What is the regression equation for imputing missing values on cesd?.
Using the answer to Exercise B9 (g), impute missing CES-D scores. First, create a new CES-D variable so that any possible mistakes do not affect the original scores. With the Compute Variable command, set the new variable (e.g., newcesd) equal to the original, cesd. Then, do another Compute Variable, and set newcesd equal to the predicted value from the regression equation. Click the If pushbutton and select “Include if case satisfies condition,” and then enter: MISSING (cesd). This will result in imputations only for cases with missing CES-D scores (and nonmissing values for education and current employment status). Click continue, then OK. Then run descriptive statistics (within the Frequencies program) for both cesd and newcesd and answer the following questions: (a) Look at the Polit2SetC dataset in Data view and find the values for the newcesd variable. Case 17 originally had a missing value for cesd. What is the imputed value for this case on the newcesd variable? (b) How many cases have valid CES-D scores for the newcesd variable? (c) In an earlier exercise, we learned that there were missing values on current employment status for two women. What would explain why there are not two missing values for newcesd? (d) Are the means for cesd and newcesd the same? (e) Are the SDs for the two variables the same?

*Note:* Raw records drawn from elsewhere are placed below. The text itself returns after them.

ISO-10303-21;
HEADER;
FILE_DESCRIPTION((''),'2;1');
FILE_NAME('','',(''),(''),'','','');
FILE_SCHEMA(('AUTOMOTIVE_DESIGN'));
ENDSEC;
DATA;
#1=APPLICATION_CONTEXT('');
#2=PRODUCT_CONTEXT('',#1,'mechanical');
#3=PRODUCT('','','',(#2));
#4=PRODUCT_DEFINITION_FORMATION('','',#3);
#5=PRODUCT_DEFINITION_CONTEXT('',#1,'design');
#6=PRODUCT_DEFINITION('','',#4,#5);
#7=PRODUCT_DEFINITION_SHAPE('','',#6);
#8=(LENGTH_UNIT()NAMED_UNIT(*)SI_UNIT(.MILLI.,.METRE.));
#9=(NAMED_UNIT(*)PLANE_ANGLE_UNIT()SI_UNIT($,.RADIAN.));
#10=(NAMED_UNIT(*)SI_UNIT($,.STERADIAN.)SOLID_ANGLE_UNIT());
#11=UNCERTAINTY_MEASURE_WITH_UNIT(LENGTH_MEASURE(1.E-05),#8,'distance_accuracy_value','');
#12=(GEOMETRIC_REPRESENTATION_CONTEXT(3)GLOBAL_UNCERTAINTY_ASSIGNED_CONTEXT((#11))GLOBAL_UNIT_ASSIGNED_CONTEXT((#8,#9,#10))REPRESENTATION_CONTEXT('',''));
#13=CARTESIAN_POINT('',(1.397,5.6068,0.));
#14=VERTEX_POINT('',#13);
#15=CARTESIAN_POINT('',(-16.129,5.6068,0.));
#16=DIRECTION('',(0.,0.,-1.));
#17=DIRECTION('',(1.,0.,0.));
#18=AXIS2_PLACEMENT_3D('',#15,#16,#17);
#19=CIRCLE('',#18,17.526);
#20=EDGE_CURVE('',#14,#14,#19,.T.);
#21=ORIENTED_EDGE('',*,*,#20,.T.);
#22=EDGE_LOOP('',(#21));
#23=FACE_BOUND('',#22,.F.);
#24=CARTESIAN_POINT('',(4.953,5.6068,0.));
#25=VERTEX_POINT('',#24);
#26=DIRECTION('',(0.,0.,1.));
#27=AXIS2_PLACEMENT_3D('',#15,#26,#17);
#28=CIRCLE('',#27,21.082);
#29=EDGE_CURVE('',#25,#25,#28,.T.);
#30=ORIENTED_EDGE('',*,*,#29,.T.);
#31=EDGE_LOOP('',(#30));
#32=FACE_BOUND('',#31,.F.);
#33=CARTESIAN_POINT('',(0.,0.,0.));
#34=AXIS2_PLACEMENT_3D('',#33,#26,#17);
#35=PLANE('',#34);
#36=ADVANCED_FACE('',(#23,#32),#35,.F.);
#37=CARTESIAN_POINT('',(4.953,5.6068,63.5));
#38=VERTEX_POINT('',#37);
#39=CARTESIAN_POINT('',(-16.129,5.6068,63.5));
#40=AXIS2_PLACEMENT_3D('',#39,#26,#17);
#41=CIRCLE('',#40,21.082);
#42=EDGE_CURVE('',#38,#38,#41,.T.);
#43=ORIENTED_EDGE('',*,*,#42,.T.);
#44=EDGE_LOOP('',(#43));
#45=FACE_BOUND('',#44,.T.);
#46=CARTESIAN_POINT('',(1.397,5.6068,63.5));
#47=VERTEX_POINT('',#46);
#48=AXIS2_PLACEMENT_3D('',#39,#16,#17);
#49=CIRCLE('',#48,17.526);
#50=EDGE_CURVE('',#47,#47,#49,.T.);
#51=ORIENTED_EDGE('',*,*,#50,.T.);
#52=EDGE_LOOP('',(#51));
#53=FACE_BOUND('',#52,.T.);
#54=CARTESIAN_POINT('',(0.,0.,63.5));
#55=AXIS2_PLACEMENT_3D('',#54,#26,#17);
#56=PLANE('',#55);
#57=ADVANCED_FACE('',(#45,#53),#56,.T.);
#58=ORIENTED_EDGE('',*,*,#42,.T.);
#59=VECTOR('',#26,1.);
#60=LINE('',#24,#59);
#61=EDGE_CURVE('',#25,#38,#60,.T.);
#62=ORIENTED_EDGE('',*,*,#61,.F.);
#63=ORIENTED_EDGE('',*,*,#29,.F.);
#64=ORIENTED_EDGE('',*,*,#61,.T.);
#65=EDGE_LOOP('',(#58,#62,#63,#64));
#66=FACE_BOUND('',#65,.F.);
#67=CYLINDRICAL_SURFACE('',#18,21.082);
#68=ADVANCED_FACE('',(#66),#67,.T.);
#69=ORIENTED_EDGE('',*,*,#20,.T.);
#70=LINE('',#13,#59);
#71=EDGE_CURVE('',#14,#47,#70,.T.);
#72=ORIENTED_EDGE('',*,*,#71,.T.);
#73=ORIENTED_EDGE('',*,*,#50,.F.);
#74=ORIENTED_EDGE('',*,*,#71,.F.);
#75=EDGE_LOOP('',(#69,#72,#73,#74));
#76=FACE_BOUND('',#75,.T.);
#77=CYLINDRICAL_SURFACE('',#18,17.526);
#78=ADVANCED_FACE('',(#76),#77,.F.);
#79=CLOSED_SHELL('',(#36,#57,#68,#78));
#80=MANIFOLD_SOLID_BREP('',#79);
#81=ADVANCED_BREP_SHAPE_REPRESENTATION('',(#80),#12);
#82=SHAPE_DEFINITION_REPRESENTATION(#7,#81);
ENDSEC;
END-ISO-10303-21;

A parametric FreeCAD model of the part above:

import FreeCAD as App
import Part
import Sketcher
from FreeCAD import Vector
Q = App.Units.Quantity


def faces_at(feature, points):
    """Names of the faces that lie closest to the given points."""
    faces = feature.Shape.Faces
    near = lambda p: min(range(len(faces)), key=lambda i: faces[i].distToShape(Part.Vertex(*p))[0])
    return sorted({f"Face{near(p) + 1}" for p in points})

doc = App.newDocument("Part")
body = doc.addObject("PartDesign::Body", "Body")

# Sketch on XY plane
sketch1 = doc.addObject("Sketcher::SketchObject", "Sketch")
body.addObject(sketch1)
sketch1.AttachmentSupport = (doc.XY_Plane, [""])
sketch1.MapMode = "FlatFace"
sketch1.addGeometry(Part.Circle(Vector(-16, 6, 0), Vector(0, 0, 1), 21), False)
sketch1.addConstraint([
    Sketcher.Constraint("Diameter", 0, Q("1.66 in")),
    Sketcher.Constraint("DistanceX", 0, 3, -1, 1, Q("0.635 in")),
    Sketcher.Constraint("DistanceY", -1, 1, 0, 3, Q("5.6068 mm")),
])
pad1 = doc.addObject("PartDesign::Pad", "Pad")
body.addObject(pad1)
pad1.Profile = sketch1
pad1.Length = Q("2.5 in")
doc.recompute()

thickness = doc.addObject("PartDesign::Thickness", "Thickness")
body.addObject(thickness)
thickness.Base = (pad1, faces_at(pad1, [(-10.268, -0.637, 0), (-10.268, -0.637, 63.5)]))
thickness.Value = Q("0.14 in")
thickness.Reversed = True
thickness.Join = "Intersection"

doc.recompute()
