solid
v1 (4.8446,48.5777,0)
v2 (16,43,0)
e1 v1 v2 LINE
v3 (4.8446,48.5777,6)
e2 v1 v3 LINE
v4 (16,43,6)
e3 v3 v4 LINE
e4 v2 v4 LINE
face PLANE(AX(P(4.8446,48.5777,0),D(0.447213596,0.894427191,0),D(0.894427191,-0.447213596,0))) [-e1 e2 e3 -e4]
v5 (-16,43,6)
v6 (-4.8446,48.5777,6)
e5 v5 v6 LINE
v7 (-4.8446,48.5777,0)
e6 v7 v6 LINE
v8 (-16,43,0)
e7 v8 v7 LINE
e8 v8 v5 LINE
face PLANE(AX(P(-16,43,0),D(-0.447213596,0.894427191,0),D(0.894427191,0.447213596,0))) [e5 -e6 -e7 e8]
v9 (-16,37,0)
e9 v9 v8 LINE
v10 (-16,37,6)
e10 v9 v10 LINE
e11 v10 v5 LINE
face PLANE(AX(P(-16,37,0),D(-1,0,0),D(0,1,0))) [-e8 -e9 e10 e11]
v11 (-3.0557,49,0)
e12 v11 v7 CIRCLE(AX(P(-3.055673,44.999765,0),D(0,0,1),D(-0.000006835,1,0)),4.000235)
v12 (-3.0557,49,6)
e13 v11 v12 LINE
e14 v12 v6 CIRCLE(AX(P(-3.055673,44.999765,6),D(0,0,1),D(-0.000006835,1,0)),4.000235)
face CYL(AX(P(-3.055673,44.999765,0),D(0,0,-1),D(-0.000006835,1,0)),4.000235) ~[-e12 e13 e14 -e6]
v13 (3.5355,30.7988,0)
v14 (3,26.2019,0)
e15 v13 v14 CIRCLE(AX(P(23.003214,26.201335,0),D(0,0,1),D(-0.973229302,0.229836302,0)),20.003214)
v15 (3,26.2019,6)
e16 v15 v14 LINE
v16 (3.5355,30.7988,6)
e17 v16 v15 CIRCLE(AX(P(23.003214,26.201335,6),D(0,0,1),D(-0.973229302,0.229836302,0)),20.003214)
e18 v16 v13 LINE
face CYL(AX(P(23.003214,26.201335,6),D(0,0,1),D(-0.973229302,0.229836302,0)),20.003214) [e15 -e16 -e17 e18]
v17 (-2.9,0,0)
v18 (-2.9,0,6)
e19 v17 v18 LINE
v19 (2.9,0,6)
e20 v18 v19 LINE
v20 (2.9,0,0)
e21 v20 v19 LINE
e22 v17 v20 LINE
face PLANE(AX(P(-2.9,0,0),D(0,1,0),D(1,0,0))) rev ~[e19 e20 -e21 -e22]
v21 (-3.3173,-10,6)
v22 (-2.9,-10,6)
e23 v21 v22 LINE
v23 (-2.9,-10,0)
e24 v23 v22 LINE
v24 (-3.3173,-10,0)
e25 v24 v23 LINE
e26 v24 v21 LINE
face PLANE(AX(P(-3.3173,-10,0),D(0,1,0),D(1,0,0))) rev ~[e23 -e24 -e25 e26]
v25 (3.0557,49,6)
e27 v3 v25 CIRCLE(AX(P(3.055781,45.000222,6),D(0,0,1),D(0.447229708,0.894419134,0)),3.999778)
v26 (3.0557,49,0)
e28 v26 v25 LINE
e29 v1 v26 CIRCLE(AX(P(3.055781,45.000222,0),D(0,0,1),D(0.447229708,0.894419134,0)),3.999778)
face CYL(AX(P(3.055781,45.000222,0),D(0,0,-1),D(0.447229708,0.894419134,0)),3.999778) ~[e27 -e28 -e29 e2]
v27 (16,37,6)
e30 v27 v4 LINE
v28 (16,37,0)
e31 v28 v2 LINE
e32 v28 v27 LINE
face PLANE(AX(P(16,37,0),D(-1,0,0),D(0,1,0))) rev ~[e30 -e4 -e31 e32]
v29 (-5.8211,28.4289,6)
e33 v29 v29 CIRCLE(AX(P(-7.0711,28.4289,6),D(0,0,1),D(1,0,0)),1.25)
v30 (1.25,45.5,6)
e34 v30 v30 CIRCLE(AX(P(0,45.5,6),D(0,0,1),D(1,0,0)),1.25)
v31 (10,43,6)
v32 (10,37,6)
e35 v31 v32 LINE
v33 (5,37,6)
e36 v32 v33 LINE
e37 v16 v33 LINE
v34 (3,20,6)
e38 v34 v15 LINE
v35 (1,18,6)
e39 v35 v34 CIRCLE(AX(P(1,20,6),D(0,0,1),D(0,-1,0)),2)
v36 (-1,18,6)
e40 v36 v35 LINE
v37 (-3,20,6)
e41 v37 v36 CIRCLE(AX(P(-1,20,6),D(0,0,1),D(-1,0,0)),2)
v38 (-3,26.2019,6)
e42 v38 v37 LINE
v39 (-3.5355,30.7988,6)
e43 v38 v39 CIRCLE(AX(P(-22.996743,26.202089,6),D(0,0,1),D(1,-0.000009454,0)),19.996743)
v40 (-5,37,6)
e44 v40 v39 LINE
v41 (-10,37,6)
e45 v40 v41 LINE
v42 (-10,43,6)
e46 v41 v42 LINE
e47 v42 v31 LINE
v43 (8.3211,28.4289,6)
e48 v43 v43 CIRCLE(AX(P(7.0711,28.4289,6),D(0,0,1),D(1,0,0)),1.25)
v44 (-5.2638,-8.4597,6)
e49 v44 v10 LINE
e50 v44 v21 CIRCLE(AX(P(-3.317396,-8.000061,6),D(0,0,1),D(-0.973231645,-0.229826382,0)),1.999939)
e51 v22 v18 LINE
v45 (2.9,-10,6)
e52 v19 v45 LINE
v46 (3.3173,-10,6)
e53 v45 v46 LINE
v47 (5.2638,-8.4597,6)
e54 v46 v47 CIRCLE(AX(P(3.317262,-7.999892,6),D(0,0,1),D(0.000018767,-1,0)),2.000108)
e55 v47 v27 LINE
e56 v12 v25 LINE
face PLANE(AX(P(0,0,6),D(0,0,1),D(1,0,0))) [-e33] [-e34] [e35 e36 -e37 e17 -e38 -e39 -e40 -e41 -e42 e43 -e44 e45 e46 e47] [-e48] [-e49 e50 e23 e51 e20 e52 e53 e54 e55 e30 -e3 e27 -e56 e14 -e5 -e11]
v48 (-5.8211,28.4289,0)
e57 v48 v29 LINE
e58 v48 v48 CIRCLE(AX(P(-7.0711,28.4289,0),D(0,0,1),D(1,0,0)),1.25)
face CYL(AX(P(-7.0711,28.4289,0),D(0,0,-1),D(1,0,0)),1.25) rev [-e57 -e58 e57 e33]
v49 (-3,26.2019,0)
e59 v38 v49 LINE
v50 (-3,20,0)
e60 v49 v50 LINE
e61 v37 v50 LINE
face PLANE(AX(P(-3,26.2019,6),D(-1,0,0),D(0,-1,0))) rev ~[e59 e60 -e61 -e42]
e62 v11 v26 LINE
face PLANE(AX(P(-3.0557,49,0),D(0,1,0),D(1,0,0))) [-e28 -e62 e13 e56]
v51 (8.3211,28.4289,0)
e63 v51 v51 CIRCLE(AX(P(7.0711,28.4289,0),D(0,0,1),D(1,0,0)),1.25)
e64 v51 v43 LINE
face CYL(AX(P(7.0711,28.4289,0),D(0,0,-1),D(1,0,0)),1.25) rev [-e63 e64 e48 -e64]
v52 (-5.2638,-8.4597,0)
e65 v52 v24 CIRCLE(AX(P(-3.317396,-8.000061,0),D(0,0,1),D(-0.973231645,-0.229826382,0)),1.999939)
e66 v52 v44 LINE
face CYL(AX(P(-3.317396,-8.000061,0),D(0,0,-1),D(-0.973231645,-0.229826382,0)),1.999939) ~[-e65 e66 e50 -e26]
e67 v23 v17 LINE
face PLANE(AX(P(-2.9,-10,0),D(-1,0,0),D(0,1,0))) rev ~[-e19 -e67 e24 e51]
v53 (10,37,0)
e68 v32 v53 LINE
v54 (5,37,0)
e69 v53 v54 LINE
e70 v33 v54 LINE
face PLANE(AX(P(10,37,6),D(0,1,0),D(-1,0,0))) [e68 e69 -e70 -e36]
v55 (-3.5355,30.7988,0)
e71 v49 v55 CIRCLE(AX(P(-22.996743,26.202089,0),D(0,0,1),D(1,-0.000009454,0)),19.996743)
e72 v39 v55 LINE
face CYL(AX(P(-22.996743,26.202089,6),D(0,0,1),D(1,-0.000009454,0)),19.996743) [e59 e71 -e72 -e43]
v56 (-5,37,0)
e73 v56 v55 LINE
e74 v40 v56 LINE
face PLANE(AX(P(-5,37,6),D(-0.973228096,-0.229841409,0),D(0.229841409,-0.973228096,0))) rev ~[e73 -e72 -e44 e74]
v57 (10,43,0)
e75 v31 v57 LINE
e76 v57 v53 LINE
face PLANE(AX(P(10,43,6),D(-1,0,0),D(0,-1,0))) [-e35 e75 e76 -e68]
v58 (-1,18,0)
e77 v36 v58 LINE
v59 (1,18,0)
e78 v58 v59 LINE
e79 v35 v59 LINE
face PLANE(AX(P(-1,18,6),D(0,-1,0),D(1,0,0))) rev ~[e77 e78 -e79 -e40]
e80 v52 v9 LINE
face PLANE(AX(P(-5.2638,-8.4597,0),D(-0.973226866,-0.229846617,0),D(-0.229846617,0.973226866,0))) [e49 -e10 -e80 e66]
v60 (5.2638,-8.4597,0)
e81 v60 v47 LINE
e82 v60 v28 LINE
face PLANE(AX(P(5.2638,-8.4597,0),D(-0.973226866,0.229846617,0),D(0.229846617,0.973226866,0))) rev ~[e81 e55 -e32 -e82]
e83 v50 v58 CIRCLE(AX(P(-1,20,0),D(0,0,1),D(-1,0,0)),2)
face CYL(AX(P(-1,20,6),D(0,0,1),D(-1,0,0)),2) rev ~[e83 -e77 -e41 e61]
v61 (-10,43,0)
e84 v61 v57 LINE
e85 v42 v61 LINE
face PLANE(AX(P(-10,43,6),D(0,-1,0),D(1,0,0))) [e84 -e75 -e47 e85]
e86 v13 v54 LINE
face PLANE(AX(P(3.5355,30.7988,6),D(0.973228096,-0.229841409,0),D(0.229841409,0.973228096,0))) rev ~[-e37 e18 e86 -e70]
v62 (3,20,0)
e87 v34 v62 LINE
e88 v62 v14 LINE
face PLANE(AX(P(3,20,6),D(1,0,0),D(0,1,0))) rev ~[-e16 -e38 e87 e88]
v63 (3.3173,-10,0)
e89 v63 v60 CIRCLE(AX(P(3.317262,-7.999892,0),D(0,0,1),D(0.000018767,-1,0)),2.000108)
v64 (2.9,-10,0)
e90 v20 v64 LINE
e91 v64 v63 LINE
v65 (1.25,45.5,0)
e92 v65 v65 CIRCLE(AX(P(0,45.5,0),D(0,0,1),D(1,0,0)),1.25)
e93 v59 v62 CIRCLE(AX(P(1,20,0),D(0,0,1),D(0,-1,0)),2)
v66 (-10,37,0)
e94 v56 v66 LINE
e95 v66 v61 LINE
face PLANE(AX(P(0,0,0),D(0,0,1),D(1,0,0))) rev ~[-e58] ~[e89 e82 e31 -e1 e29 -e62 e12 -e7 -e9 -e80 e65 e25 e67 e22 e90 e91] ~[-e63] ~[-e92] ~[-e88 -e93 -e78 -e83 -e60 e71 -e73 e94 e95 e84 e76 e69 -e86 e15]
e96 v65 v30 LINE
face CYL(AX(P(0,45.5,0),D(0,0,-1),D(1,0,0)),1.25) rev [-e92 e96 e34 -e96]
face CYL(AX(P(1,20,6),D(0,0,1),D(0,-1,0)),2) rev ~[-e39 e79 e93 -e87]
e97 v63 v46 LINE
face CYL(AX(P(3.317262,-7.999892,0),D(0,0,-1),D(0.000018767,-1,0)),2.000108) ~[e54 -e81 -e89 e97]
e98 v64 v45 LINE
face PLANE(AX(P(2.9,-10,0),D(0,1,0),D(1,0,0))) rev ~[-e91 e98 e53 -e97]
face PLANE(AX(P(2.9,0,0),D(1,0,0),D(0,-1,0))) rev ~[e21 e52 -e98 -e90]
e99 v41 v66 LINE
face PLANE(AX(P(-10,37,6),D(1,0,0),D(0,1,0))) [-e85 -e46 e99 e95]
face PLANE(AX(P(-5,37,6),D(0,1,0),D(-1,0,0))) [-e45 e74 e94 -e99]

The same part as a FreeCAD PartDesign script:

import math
import FreeCAD as App
import Part
import Sketcher
Q = App.Units.Quantity

doc = App.newDocument("Part")
params = doc.addObject("Spreadsheet::Sheet", "Params")
for row, (alias, value) in enumerate([
    ("sketch1_radius", "2 mm"),
    ("sketch1_radius2", "4 mm"),
    ("sketch1_diameter", "2.5 mm"),
    ("sketch1_height", "10 mm"),
    ("sketch1_height2", "6 mm"),
    ("pad1_length", "6 mm"),
    ("sketch2_radius", "2 mm"),
    ("sketch2_radius2", "2 mm"),
    ("sketch2_width", "20 mm"),
    ("sketch2_width2", "5 mm"),
    ("sketch2_width3", "2 mm"),
], start=1):
    params.set(f"A{row}", alias)
    params.set(f"B{row}", "=" + value)
    params.setAlias(f"B{row}", alias)

body = doc.addObject("PartDesign::Body", "Body")

# Sketch on XY plane
sketch1 = body.newObject("Sketcher::SketchObject", "Sketch")
sketch1.AttachmentSupport = (doc.getObject("XY_Plane"), [""])
sketch1.MapMode = "FlatFace"
sketch1.addGeometry([
    Part.LineSegment(App.Vector(-3.3173, -10, 0), App.Vector(-2.9, -10, 0)),  # 0
    Part.LineSegment(App.Vector(-2.9, -10, 0), App.Vector(-2.9, 0, 0)),  # 1
    Part.LineSegment(App.Vector(-2.9, 0, 0), App.Vector(2.9, 0, 0)),  # 2
    Part.LineSegment(App.Vector(2.9, 0, 0), App.Vector(2.9, -10, 0)),  # 3
    Part.LineSegment(App.Vector(2.9, -10, 0), App.Vector(3.3173, -10, 0)),  # 4
    Part.ArcOfCircle(Part.Circle(App.Vector(3.3173, -8, 0), App.Vector(0, 0, 1), 2), math.radians(-90), math.radians(-13.287926)),  # 5
    Part.LineSegment(App.Vector(5.2638, -8.4597, 0), App.Vector(16, 37, 0)),  # 6
    Part.LineSegment(App.Vector(16, 37, 0), App.Vector(16, 43, 0)),  # 7
    Part.LineSegment(App.Vector(16, 43, 0), App.Vector(4.8446, 48.5777, 0)),  # 8
    Part.ArcOfCircle(Part.Circle(App.Vector(3.0557, 45, 0), App.Vector(0, 0, 1), 4.000013), math.radians(63.434308), math.radians(90)),  # 9
    Part.LineSegment(App.Vector(3.0557, 49, 0), App.Vector(-3.0557, 49, 0)),  # 10
    Part.ArcOfCircle(Part.Circle(App.Vector(-3.0557, 45, 0), App.Vector(0, 0, 1), 4), math.radians(90), math.radians(116.565692)),  # 11
    Part.LineSegment(App.Vector(-4.8446, 48.5777, 0), App.Vector(-16, 43, 0)),  # 12
    Part.LineSegment(App.Vector(-16, 43, 0), App.Vector(-16, 37, 0)),  # 13
    Part.LineSegment(App.Vector(-16, 37, 0), App.Vector(-5.2638, -8.4597, 0)),  # 14
    Part.ArcOfCircle(Part.Circle(App.Vector(-3.3173, -8, 0), App.Vector(0, 0, 1), 2.000047), math.radians(-166.712074), math.radians(-90)),  # 15
    Part.Circle(App.Vector(-7.0711, 28.4289, 0), App.Vector(0, 0, 1), 1.25),  # 16
    Part.Circle(App.Vector(7.0711, 28.4289, 0), App.Vector(0, 0, 1), 1.25),  # 17
    Part.Circle(App.Vector(0, 45.5, 0), App.Vector(0, 0, 1), 1.25),  # 18
], False)
sketch1.addConstraint([
    Sketcher.Constraint("Coincident", 0, 2, 1, 1),
    Sketcher.Constraint("Coincident", 1, 2, 2, 1),
    Sketcher.Constraint("Coincident", 2, 2, 3, 1),
    Sketcher.Constraint("Coincident", 3, 2, 4, 1),
    Sketcher.Constraint("Tangent", 4, 2, 5, 1),
    Sketcher.Constraint("Tangent", 5, 2, 6, 1),
    Sketcher.Constraint("Coincident", 6, 2, 7, 1),
    Sketcher.Constraint("Coincident", 7, 2, 8, 1),
    Sketcher.Constraint("Tangent", 8, 2, 9, 1),
    Sketcher.Constraint("Tangent", 9, 2, 10, 1),
    Sketcher.Constraint("Tangent", 10, 2, 11, 1),
    Sketcher.Constraint("Tangent", 11, 2, 12, 1),
    Sketcher.Constraint("Coincident", 12, 2, 13, 1),
    Sketcher.Constraint("Coincident", 13, 2, 14, 1),
    Sketcher.Constraint("Tangent", 14, 2, 15, 1),
    Sketcher.Constraint("Tangent", 15, 2, 0, 1),
    Sketcher.Constraint("Horizontal", 0),
    Sketcher.Constraint("Vertical", 1),
    Sketcher.Constraint("Horizontal", 2),
    Sketcher.Constraint("Vertical", 3),
    Sketcher.Constraint("Horizontal", 4),
    Sketcher.Constraint("Vertical", 7),
    Sketcher.Constraint("Horizontal", 10),
    Sketcher.Constraint("Vertical", 13),
    Sketcher.Constraint("Equal", 9, 11),
    Sketcher.Constraint("Equal", 5, 15),
    Sketcher.Constraint("Equal", 16, 17),
    Sketcher.Constraint("Equal", 17, 18),
    Sketcher.Constraint("Symmetric", 1, 2, 2, 2, -1, 1),
    Sketcher.Constraint("Symmetric", 5, 3, 15, 3, -2),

With only 3.8% missing values on the CES-D scale in a very large sample, we might well use listwise deletion for any further substantive analyses with the cesd variable. As an exercise, however, we will impute missing values on the CES-D total scale using regression analysis. We will restrict the regression to two predictors that are significantly correlated with CES-D scores, but that have minimal missing values themselves: educational attainment and current employment status. (Other variables with low levels of missing data—age, race/ethnicity, and number of children—were not significantly correlated with CES-D scores; you could verify this yourself.) Use the instructions for running a standard multiple regression as discussed in the topic on Multiple Regression, with cesd as the dependent variable and educational attainment and current employment status as the independents. Then answer the following questions: (a) How many cases were used in this regression analysis? (b) What was the value of R? (c) Was the overall model statistically significant? (d) Was educational attainment significant, once current employment was controlled? (e) Was current employment status significant with educational attainment controlled? (f) Interpret what the b weights mean in terms of scores on the CES-D. (g) What is the regression equation for imputing missing values on cesd?